Problem to work on:
Provide again, from the entries below, every line from the one containing "#300=ORIENTED_EDGE('',*,*,#299,.F.);" through the one containing "#306=CIRCLE('',#305,70.249738);", exactly as written, and no other line.

Items from a data source:
▬▬▬

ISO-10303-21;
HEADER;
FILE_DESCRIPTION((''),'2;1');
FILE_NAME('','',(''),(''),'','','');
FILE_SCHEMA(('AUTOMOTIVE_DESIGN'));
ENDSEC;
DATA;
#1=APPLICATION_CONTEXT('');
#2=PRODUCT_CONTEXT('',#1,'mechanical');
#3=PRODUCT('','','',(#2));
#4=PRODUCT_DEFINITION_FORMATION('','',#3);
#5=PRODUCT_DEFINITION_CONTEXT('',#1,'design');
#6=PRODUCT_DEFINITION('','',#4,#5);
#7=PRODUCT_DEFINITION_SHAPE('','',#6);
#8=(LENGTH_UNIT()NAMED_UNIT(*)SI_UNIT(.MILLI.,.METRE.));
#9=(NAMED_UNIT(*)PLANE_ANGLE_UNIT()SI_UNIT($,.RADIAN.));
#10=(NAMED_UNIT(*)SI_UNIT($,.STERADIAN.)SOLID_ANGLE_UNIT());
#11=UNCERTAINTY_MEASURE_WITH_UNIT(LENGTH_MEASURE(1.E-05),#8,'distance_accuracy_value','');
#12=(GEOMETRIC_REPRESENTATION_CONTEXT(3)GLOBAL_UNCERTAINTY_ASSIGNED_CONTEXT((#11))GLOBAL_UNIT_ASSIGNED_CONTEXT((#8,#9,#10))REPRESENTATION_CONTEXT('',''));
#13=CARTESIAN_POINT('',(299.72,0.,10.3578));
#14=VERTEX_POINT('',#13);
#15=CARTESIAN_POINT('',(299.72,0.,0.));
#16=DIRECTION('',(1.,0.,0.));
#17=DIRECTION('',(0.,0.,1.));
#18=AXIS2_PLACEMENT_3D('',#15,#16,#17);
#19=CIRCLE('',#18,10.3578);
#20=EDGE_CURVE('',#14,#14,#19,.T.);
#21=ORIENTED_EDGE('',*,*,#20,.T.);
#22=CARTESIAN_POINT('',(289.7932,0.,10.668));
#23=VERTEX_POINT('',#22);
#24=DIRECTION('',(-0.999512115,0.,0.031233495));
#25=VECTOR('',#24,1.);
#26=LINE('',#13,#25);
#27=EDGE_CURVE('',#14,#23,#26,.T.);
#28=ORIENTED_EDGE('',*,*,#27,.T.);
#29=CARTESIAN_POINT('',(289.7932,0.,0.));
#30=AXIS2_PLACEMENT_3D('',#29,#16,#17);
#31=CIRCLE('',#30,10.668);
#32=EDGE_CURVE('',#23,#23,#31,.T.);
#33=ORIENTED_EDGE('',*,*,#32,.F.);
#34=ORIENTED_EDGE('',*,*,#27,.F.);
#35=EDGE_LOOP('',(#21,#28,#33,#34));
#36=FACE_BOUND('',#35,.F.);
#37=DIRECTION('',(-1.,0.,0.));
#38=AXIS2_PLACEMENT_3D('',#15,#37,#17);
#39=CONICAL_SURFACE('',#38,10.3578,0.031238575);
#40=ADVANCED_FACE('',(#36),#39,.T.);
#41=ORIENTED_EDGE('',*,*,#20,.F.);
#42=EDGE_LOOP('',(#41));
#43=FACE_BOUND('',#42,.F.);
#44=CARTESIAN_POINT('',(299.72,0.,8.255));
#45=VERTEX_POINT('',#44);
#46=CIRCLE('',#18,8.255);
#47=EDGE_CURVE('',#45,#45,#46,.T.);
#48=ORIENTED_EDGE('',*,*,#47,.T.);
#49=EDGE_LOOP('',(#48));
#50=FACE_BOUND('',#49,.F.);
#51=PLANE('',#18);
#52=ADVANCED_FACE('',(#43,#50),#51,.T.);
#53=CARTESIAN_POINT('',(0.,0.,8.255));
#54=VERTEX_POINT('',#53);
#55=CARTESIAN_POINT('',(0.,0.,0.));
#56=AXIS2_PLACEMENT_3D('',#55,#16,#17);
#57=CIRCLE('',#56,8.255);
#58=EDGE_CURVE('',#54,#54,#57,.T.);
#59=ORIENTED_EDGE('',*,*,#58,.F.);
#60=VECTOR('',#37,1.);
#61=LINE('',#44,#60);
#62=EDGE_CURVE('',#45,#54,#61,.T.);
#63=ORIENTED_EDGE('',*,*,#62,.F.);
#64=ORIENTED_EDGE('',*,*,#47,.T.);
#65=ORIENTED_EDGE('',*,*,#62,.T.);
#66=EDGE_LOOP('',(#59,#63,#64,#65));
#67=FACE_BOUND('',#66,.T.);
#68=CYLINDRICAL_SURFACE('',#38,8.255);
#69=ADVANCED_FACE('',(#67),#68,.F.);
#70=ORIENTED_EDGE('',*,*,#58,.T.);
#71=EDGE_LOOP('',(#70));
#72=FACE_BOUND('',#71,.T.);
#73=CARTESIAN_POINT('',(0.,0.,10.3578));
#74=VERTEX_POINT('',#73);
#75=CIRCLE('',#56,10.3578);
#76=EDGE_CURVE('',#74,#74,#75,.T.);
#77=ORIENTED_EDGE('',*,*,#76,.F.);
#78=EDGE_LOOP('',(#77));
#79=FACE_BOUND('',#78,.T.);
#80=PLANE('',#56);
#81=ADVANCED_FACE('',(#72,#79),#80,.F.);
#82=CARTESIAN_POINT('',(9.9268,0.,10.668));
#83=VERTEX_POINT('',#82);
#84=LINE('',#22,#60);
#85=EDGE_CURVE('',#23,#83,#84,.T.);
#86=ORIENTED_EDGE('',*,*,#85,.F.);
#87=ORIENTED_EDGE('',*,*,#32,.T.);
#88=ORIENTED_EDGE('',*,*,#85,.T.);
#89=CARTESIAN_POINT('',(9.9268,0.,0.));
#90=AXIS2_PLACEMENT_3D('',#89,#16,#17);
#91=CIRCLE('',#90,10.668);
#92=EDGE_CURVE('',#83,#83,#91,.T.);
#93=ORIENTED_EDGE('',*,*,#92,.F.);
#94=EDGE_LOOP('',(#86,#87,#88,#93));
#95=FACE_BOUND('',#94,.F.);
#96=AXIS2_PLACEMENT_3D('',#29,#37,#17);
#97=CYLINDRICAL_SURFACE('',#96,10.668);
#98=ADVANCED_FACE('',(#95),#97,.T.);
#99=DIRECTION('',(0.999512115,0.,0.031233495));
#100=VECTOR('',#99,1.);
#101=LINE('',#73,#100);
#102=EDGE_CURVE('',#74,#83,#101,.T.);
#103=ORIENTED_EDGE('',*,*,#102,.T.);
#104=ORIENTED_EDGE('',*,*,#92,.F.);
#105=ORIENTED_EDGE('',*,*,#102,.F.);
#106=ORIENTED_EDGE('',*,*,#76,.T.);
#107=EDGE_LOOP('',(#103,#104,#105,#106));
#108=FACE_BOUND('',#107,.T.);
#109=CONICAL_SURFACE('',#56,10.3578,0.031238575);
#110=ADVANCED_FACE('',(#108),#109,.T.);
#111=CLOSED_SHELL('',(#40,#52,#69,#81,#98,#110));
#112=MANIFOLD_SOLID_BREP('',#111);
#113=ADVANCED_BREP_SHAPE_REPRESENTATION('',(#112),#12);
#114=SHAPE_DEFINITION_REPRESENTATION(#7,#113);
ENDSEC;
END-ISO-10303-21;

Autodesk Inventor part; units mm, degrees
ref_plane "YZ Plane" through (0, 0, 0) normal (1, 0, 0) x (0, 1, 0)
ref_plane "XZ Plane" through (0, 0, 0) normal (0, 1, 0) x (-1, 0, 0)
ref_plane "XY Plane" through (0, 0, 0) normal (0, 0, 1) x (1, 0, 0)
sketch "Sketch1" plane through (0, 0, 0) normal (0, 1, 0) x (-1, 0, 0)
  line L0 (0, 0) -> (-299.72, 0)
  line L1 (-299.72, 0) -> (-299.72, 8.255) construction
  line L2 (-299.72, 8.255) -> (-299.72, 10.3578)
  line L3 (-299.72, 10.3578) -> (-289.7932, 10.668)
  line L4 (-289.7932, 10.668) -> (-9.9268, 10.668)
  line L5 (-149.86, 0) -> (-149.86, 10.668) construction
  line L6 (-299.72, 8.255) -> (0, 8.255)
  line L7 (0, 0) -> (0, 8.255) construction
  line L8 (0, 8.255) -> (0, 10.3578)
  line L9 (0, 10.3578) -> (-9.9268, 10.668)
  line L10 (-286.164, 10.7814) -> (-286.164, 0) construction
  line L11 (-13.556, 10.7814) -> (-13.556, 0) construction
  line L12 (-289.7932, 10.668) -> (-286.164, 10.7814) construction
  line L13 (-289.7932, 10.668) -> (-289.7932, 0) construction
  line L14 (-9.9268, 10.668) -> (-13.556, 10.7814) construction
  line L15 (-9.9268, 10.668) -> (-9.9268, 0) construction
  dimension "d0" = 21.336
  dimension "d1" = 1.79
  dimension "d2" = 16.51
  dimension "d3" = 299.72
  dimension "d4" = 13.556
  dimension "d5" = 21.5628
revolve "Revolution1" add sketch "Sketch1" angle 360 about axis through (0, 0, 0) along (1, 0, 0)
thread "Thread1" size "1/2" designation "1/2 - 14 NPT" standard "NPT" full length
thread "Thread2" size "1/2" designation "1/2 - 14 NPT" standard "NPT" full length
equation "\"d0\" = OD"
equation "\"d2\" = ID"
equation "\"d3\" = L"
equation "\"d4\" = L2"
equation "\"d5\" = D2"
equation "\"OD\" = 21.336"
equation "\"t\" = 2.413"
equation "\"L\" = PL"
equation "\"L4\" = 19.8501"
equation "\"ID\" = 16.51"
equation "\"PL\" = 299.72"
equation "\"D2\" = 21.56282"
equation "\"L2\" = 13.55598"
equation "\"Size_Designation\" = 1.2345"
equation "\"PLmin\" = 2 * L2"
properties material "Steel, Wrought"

▬▬▬

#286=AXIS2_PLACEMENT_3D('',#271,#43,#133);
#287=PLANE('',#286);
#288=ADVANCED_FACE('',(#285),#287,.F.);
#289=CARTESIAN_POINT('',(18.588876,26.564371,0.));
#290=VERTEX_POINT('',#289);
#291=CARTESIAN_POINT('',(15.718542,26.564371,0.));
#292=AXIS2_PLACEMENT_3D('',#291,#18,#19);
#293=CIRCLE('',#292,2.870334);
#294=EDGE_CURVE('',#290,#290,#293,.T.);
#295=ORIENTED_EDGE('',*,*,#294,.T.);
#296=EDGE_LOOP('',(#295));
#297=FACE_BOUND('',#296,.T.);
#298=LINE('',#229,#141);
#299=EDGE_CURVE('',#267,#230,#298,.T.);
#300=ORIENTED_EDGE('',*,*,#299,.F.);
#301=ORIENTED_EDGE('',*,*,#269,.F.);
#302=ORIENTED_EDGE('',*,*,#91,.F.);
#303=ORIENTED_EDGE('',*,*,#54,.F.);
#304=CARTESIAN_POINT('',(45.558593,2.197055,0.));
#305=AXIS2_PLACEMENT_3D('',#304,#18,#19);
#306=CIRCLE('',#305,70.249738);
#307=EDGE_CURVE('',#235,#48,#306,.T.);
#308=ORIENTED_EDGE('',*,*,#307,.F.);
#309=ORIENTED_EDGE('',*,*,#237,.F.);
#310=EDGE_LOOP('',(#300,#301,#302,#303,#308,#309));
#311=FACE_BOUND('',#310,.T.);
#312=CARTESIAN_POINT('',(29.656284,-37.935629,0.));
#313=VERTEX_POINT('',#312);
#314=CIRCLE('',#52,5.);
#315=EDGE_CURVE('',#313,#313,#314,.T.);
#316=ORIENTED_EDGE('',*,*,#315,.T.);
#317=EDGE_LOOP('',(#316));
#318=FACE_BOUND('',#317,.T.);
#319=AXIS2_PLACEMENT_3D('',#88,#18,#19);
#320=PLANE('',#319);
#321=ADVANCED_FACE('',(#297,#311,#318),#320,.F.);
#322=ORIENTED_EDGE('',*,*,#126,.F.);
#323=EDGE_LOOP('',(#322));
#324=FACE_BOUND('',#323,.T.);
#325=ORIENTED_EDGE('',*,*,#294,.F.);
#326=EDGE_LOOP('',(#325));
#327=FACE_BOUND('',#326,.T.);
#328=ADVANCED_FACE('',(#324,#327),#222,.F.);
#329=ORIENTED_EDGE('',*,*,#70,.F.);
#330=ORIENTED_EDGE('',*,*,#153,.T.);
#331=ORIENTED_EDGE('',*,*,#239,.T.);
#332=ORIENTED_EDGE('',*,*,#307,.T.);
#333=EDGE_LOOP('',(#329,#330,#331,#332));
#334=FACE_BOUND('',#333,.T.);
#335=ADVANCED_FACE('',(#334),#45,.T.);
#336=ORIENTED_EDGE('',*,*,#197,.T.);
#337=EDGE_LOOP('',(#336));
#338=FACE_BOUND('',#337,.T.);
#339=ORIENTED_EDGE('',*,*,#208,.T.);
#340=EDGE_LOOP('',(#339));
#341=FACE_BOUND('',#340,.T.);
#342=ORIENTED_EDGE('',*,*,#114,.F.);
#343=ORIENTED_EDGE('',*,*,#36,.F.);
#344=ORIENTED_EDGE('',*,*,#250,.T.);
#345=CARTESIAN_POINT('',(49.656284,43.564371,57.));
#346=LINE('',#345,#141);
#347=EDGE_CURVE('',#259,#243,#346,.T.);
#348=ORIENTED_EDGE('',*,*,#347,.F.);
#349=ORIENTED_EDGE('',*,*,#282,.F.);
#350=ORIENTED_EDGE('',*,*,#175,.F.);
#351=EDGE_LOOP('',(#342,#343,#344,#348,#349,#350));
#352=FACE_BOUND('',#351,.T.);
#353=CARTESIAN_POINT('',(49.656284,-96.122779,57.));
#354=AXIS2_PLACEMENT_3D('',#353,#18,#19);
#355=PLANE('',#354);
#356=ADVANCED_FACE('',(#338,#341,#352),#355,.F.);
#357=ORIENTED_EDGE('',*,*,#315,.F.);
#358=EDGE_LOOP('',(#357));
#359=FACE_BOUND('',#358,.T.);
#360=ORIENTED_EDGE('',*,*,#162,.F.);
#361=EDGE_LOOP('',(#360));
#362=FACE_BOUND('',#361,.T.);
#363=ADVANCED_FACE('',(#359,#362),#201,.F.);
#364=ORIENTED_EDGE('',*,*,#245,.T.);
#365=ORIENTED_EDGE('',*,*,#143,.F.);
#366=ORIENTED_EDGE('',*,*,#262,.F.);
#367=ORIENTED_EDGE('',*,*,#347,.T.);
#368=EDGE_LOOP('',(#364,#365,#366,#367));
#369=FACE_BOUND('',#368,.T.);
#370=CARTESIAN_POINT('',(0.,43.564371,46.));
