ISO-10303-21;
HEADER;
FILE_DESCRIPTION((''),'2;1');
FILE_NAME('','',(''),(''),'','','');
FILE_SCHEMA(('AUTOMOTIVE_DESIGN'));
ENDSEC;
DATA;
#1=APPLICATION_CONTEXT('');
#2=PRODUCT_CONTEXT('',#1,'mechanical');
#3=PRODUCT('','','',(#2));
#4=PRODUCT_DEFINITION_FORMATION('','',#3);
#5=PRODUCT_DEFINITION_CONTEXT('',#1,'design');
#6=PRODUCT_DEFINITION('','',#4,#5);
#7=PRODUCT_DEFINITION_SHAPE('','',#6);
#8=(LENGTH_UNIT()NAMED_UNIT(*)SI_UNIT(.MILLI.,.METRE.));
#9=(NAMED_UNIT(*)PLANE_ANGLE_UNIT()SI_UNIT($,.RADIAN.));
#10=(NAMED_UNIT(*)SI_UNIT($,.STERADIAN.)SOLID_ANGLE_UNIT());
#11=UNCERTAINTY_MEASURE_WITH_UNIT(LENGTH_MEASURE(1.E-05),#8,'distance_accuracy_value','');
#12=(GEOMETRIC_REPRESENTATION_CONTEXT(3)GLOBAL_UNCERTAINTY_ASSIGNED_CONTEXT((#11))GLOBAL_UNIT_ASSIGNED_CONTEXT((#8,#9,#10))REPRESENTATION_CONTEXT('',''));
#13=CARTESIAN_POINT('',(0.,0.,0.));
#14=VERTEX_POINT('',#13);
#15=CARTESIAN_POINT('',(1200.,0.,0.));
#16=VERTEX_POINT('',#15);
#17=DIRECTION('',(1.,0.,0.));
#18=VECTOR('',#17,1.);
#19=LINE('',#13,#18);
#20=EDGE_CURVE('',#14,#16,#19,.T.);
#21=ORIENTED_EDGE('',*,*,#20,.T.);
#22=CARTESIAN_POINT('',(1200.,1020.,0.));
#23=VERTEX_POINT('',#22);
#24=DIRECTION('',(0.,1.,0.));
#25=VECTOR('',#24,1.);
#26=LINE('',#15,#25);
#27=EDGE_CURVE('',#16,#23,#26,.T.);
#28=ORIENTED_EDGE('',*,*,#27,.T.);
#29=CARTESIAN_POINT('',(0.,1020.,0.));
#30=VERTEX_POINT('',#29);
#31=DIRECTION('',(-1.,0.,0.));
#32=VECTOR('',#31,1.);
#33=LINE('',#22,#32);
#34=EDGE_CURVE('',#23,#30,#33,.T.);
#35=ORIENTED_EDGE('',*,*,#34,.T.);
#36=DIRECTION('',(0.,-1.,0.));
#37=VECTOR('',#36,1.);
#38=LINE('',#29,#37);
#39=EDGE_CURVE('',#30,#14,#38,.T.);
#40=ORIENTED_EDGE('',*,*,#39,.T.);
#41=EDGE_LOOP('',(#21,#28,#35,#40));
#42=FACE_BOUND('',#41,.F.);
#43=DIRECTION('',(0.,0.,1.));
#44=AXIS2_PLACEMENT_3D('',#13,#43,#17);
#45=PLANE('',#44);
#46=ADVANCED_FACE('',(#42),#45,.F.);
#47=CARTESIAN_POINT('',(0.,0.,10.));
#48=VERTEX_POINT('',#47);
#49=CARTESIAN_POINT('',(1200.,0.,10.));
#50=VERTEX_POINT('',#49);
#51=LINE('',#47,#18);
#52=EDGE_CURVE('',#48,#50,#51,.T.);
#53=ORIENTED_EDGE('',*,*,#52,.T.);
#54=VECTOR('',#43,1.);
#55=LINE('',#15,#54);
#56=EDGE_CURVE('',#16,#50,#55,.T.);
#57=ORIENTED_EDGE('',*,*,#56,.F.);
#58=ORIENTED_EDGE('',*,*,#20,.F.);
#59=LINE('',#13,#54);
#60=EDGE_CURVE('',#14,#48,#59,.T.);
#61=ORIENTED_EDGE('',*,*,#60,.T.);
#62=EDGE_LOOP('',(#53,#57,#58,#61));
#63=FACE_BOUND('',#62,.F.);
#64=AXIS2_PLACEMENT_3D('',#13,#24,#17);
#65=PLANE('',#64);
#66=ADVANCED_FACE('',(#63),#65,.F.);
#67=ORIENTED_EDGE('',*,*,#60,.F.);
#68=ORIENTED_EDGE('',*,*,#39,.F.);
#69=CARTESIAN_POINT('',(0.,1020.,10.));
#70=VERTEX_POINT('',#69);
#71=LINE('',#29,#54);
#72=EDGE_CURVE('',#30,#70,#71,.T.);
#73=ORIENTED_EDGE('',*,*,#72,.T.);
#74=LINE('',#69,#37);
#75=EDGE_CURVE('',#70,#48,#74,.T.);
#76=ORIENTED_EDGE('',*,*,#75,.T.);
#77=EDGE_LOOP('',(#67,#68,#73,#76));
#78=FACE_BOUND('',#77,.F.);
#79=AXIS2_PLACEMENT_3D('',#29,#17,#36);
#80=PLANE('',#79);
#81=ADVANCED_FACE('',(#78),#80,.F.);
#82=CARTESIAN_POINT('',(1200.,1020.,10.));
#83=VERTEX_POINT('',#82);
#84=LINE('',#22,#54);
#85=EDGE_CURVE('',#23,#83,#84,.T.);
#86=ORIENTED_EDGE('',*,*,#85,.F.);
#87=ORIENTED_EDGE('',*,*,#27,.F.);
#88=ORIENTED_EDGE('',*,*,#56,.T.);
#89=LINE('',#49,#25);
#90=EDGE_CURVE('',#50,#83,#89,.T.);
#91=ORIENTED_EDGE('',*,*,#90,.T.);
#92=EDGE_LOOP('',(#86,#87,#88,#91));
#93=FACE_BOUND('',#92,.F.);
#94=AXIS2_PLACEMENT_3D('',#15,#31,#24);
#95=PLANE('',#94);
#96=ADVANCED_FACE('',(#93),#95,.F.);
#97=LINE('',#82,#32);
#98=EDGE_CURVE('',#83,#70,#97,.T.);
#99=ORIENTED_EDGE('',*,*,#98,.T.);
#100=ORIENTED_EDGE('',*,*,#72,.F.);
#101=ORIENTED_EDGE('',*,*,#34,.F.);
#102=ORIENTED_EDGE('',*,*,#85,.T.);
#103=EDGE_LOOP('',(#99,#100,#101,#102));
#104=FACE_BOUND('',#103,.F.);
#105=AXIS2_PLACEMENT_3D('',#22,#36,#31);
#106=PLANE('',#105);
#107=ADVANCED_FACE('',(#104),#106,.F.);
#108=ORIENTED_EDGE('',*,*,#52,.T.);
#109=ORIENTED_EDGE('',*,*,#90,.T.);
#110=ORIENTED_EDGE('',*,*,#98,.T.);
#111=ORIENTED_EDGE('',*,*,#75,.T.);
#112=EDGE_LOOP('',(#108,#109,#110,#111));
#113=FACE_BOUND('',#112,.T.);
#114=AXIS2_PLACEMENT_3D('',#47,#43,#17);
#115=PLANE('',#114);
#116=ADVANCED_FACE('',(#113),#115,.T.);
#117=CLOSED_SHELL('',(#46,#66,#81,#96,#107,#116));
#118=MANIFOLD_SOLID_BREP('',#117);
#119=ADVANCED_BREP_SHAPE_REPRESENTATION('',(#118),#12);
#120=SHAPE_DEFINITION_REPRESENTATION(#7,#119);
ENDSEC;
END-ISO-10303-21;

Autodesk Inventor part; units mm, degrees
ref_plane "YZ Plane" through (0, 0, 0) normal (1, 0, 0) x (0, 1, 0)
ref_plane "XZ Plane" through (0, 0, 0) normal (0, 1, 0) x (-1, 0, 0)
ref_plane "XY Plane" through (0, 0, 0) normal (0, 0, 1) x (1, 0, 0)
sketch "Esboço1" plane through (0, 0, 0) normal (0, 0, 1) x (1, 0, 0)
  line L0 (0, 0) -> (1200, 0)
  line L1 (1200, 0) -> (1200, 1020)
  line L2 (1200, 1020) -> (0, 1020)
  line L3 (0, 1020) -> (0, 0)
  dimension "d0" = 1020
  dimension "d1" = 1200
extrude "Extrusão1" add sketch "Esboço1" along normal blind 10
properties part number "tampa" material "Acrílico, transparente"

▬▬▬

Expected output:
#300=ORIENTED_EDGE('',*,*,#299,.F.);
#301=ORIENTED_EDGE('',*,*,#269,.F.);
#302=ORIENTED_EDGE('',*,*,#91,.F.);
#303=ORIENTED_EDGE('',*,*,#54,.F.);
#304=CARTESIAN_POINT('',(45.558593,2.197055,0.));
#305=AXIS2_PLACEMENT_3D('',#304,#18,#19);
#306=CIRCLE('',#305,70.249738);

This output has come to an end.